Most fitness experts suggest you vary your routines so each
muscle group will have an opportunity to rest between exercise
sessions. Your muscles actually grow during this time of rest,
so varying the routine will give you the best opportunity for
success with your program. A good schedule has you lifting
weights for upper body and chest muscles on day one, aerobics
on day two, weightlifting for leg muscles on day three,
aerobics on day four, back and shoulder muscles on day five,
aerobics on day six, and complete rest on day seven. This
allows most of your muscles to rest one complete week before
their next workout.
Since lifting dumbbells will not give your abdominal muscles a
good workout, you’ll want to add stomach crunches to your
routine, either on aerobic days or before your strength
building exercises.
You’ll also need to remember to stretch, both before and after
each of your weight-lifting workouts.

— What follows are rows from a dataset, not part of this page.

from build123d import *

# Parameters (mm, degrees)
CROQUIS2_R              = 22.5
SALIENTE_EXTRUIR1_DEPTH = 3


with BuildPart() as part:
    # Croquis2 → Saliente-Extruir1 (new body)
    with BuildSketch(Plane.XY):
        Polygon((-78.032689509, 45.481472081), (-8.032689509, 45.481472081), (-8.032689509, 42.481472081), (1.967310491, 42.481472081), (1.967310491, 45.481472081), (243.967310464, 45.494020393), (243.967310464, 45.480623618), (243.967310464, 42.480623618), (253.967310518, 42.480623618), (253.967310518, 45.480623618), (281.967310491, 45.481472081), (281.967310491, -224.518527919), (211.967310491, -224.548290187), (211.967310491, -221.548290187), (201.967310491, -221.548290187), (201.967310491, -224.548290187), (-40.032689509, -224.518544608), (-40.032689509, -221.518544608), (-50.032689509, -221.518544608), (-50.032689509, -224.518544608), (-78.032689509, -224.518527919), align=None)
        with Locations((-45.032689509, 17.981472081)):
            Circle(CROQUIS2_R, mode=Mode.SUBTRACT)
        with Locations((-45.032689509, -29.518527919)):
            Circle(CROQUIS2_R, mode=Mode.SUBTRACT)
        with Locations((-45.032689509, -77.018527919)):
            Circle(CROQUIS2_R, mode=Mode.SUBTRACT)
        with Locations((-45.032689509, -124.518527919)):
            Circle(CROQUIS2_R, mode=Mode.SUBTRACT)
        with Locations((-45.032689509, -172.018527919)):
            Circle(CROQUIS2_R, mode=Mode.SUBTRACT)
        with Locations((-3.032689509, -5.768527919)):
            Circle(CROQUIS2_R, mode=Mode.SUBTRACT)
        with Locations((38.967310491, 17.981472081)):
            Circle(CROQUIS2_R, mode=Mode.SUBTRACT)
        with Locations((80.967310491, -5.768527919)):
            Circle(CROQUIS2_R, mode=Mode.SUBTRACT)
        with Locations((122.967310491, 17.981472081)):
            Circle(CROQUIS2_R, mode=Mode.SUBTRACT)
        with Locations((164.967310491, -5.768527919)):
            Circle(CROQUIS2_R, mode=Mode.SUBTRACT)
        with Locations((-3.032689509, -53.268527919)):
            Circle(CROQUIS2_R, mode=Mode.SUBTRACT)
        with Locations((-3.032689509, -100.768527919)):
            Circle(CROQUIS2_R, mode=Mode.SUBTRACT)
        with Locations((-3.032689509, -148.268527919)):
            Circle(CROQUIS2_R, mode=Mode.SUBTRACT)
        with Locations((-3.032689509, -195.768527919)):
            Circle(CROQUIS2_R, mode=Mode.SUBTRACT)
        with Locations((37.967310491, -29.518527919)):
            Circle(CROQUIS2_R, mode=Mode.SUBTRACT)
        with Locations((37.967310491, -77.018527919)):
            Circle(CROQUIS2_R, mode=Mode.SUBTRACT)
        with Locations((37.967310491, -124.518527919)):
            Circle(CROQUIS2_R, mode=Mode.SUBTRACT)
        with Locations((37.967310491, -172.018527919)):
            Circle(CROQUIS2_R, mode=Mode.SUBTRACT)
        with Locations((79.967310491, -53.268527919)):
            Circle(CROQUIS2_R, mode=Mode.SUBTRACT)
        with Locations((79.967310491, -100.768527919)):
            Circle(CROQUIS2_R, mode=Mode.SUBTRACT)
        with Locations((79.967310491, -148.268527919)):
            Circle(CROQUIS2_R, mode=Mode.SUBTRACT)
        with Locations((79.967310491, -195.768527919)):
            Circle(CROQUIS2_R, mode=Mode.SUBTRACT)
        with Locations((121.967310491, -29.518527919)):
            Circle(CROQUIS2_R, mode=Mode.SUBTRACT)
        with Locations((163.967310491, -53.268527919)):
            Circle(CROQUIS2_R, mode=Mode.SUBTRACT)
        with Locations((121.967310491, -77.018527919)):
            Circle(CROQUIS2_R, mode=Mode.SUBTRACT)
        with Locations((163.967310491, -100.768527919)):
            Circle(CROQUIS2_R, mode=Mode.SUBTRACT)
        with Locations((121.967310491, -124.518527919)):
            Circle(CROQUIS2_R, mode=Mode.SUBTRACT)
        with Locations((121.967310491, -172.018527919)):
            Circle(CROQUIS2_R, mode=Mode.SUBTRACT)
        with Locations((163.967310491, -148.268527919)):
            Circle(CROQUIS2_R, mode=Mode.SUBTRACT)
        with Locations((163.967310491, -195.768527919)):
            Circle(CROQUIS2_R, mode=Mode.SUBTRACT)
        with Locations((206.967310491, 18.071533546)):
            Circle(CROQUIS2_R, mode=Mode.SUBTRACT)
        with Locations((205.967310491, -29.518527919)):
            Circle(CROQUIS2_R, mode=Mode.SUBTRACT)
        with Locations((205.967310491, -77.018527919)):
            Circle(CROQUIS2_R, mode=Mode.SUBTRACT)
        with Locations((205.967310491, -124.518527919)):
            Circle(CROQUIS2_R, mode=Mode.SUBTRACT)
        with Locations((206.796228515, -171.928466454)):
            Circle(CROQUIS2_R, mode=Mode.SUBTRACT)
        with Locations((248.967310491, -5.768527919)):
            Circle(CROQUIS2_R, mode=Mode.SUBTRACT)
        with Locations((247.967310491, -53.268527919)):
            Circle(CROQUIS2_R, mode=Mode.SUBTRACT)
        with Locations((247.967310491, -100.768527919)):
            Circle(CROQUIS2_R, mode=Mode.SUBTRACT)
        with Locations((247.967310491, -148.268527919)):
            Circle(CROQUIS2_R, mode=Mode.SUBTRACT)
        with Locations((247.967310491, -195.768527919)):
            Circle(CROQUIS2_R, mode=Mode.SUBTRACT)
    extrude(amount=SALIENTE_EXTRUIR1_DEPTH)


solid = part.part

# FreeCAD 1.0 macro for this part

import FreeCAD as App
import Part
import Sketcher

V = App.Vector

doc = App.newDocument("Part")
params = doc.addObject("Spreadsheet::Sheet", "Params")
for row, (alias, value) in enumerate([
    ("sketch1_diameter", "45 mm"),
    ("sketch1_width", "70 mm"),
    ("sketch1_width2", "10 mm"),
    ("sketch1_height", "270 mm"),
    ("sketch1_height2", "3 mm"),
    ("pad1_length", "3 mm"),
], start=1):
    params.set(f"A{row}", alias)
    params.set(f"B{row}", "=" + value)
    params.setAlias(f"B{row}", alias)

body = doc.addObject("PartDesign::Body", "Body")

# Sketch on XY plane
sketch1 = body.newObject("Sketcher::SketchObject", "Sketch")
sketch1.AttachmentSupport = (doc.getObject("XY_Plane"), [""])
sketch1.MapMode = "FlatFace"
sketch1.addGeometry([
    Part.LineSegment(V(-8, 45.5, 0), V(-78, 45.5, 0)),  # 0
    Part.LineSegment(V(-78, 45.5, 0), V(-78, -224.5, 0)),  # 1
    Part.LineSegment(V(-78, -224.5, 0), V(-50, -224.5, 0)),  # 2
    Part.LineSegment(V(-50, -224.5, 0), V(-50, -221.5, 0)),  # 3
    Part.LineSegment(V(-50, -221.5, 0), V(-40, -221.5, 0)),  # 4
    Part.LineSegment(V(-40, -221.5, 0), V(-40, -224.5, 0)),  # 5
    Part.LineSegment(V(-40, -224.5, 0), V(202, -224.5, 0)),  # 6
    Part.LineSegment(V(202, -224.5, 0), V(202, -221.5, 0)),  # 7
    Part.LineSegment(V(202, -221.5, 0), V(212, -221.5, 0)),  # 8
    Part.LineSegment(V(212, -221.5, 0), V(212, -224.5, 0)),  # 9
    Part.LineSegment(V(212, -224.5, 0), V(282, -224.5, 0)),  # 10
    Part.LineSegment(V(282, -224.5, 0), V(282, 45.5, 0)),  # 11
    Part.LineSegment(V(282, 45.5, 0), V(254, 45.5, 0)),  # 12
    Part.LineSegment(V(254, 45.5, 0), V(254, 42.5, 0)),  # 13
    Part.LineSegment(V(254, 42.5, 0), V(244, 42.5, 0)),  # 14
    Part.LineSegment(V(244, 42.5, 0), V(244, 45.5, 0)),  # 15
    Part.LineSegment(V(244, 45.5, 0), V(2, 45.5, 0)),  # 16
    Part.LineSegment(V(2, 45.5, 0), V(2, 42.5, 0)),  # 17
    Part.LineSegment(V(2, 42.5, 0), V(-8, 42.5, 0)),  # 18
    Part.LineSegment(V(-8, 42.5, 0), V(-8, 45.5, 0)),  # 19
    Part.Circle(V(248, -195.8, 0), V(0, 0, 1), 22.5),  # 20
    Part.Circle(V(206.8, -171.9, 0), V(0, 0, 1), 22.5),  # 21
    Part.Circle(V(164, -195.8, 0), V(0, 0, 1), 22.5),  # 22
    Part.Circle(V(122, -172, 0), V(0, 0, 1), 22.5),  # 23
    Part.Circle(V(248, -148.3, 0), V(0, 0, 1), 22.5),  # 24
    Part.Circle(V(206, -124.5, 0), V(0, 0, 1), 22.5),  # 25
    Part.Circle(V(248, -100.8, 0), V(0, 0, 1), 22.5),  # 26
    Part.Circle(V(164, -148.3, 0), V(0, 0, 1), 22.5),  # 27
    Part.Circle(V(122, -124.5, 0), V(0, 0, 1), 22.5),  # 28
    Part.Circle(V(164, -100.8, 0), V(0, 0, 1), 22.5),  # 29
    Part.Circle(V(80, -195.8, 0), V(0, 0, 1), 22.5),  # 30
    Part.Circle(V(38, -172, 0), V(0, 0, 1), 22.5),  # 31
    Part.Circle(V(-3, -195.8, 0), V(0, 0, 1), 22.5),  # 32
    Part.Circle(V(-45, -172, 0), V(0, 0, 1), 22.5),  # 33
    Part.Circle(V(80, -148.3, 0), V(0, 0, 1), 22.5),  # 34
    Part.Circle(V(38, -124.5, 0), V(0, 0, 1), 22.5),  # 35
    Part.Circle(V(80, -100.8, 0), V(0, 0, 1), 22.5),  # 36
    Part.Circle(V(-3, -148.3, 0), V(0, 0, 1), 22.5),  # 37
    Part.Circle(V(-45, -124.5, 0), V(0, 0, 1), 22.5),  # 38
    Part.Circle(V(-3, -100.8, 0), V(0, 0, 1), 22.5),  # 39
    Part.Circle(V(206, -77, 0), V(0, 0, 1), 22.5),  # 40
    Part.Circle(V(248, -53.3, 0), V(0, 0, 1), 22.5),  # 41
    Part.Circle(V(206, -29.5, 0), V(0, 0, 1), 22.5),  # 42
    Part.Circle(V(122, -77, 0), V(0, 0, 1), 22.5),  # 43
    Part.Circle(V(164, -53.3, 0), V(0, 0, 1), 22.5),  # 44
    Part.Circle(V(122, -29.5, 0), V(0, 0, 1), 22.5),  # 45
    Part.Circle(V(249, -5.8, 0), V(0, 0, 1), 22.5),  # 46
    Part.Circle(V(207, 18.1, 0), V(0, 0, 1), 22.5),  # 47
    Part.Circle(V(165, -5.8, 0), V(0, 0, 1), 22.5),  # 48
    Part.Circle(V(123, 18, 0), V(0, 0, 1), 22.5),  # 49
    Part.Circle(V(38, -77, 0), V(0, 0, 1), 22.5),  # 50
    Part.Circle(V(80, -53.3, 0), V(0, 0, 1), 22.5),  # 51
    Part.Circle(V(38, -29.5, 0), V(0, 0, 1), 22.5),  # 52
    Part.Circle(V(-45, -77, 0), V(0, 0, 1), 22.5),  # 53
    Part.Circle(V(-3, -53.3, 0), V(0, 0, 1), 22.5),  # 54
    Part.Circle(V(-45, -29.5, 0), V(0, 0, 1), 22.5),  # 55
    Part.Circle(V(81, -5.8, 0), V(0, 0, 1), 22.5),  # 56
    Part.Circle(V(39, 18, 0), V(0, 0, 1), 22.5),  # 57
    Part.Circle(V(-3, -5.8, 0), V(0, 0, 1), 22.5),  # 58
    Part.Circle(V(-45, 18, 0), V(0, 0, 1), 22.5),  # 59
], False)
sketch1.addConstraint([
    Sketcher.Constraint("Coincident", 0, 2, 1, 1),
    Sketcher.Constraint("Coincident", 1, 2, 2, 1),
    Sketcher.Constraint("Coincident", 2, 2, 3, 1),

You should stretch at the
end of a weight-lifting workout because it helps elongate and
relax your muscles.
Warm-up exercises after your stretches will also help you get
the most from your routine. If you exercise at home, you can
warm up by walking or riding a bicycle. If you work out at a
gym then just use a stationary bike or walk on the treadmill
for 5 - 10 minutes.
If this all sounds daunting because you haven’t been getting
much exercise lately, you may need some help to get motivated.
Find someone to lift weights with, so you can give each other
encouragement. If all your friends are too busy or lazy to join
in, put on some upbeat, enjoyable music.
It also helps to stick with an exercise program if you pay
attention to your body as you move around.
-Do you notice that lifting the dog food bag is much harder
than it used to be?
-Do you get winded easily walking upstairs?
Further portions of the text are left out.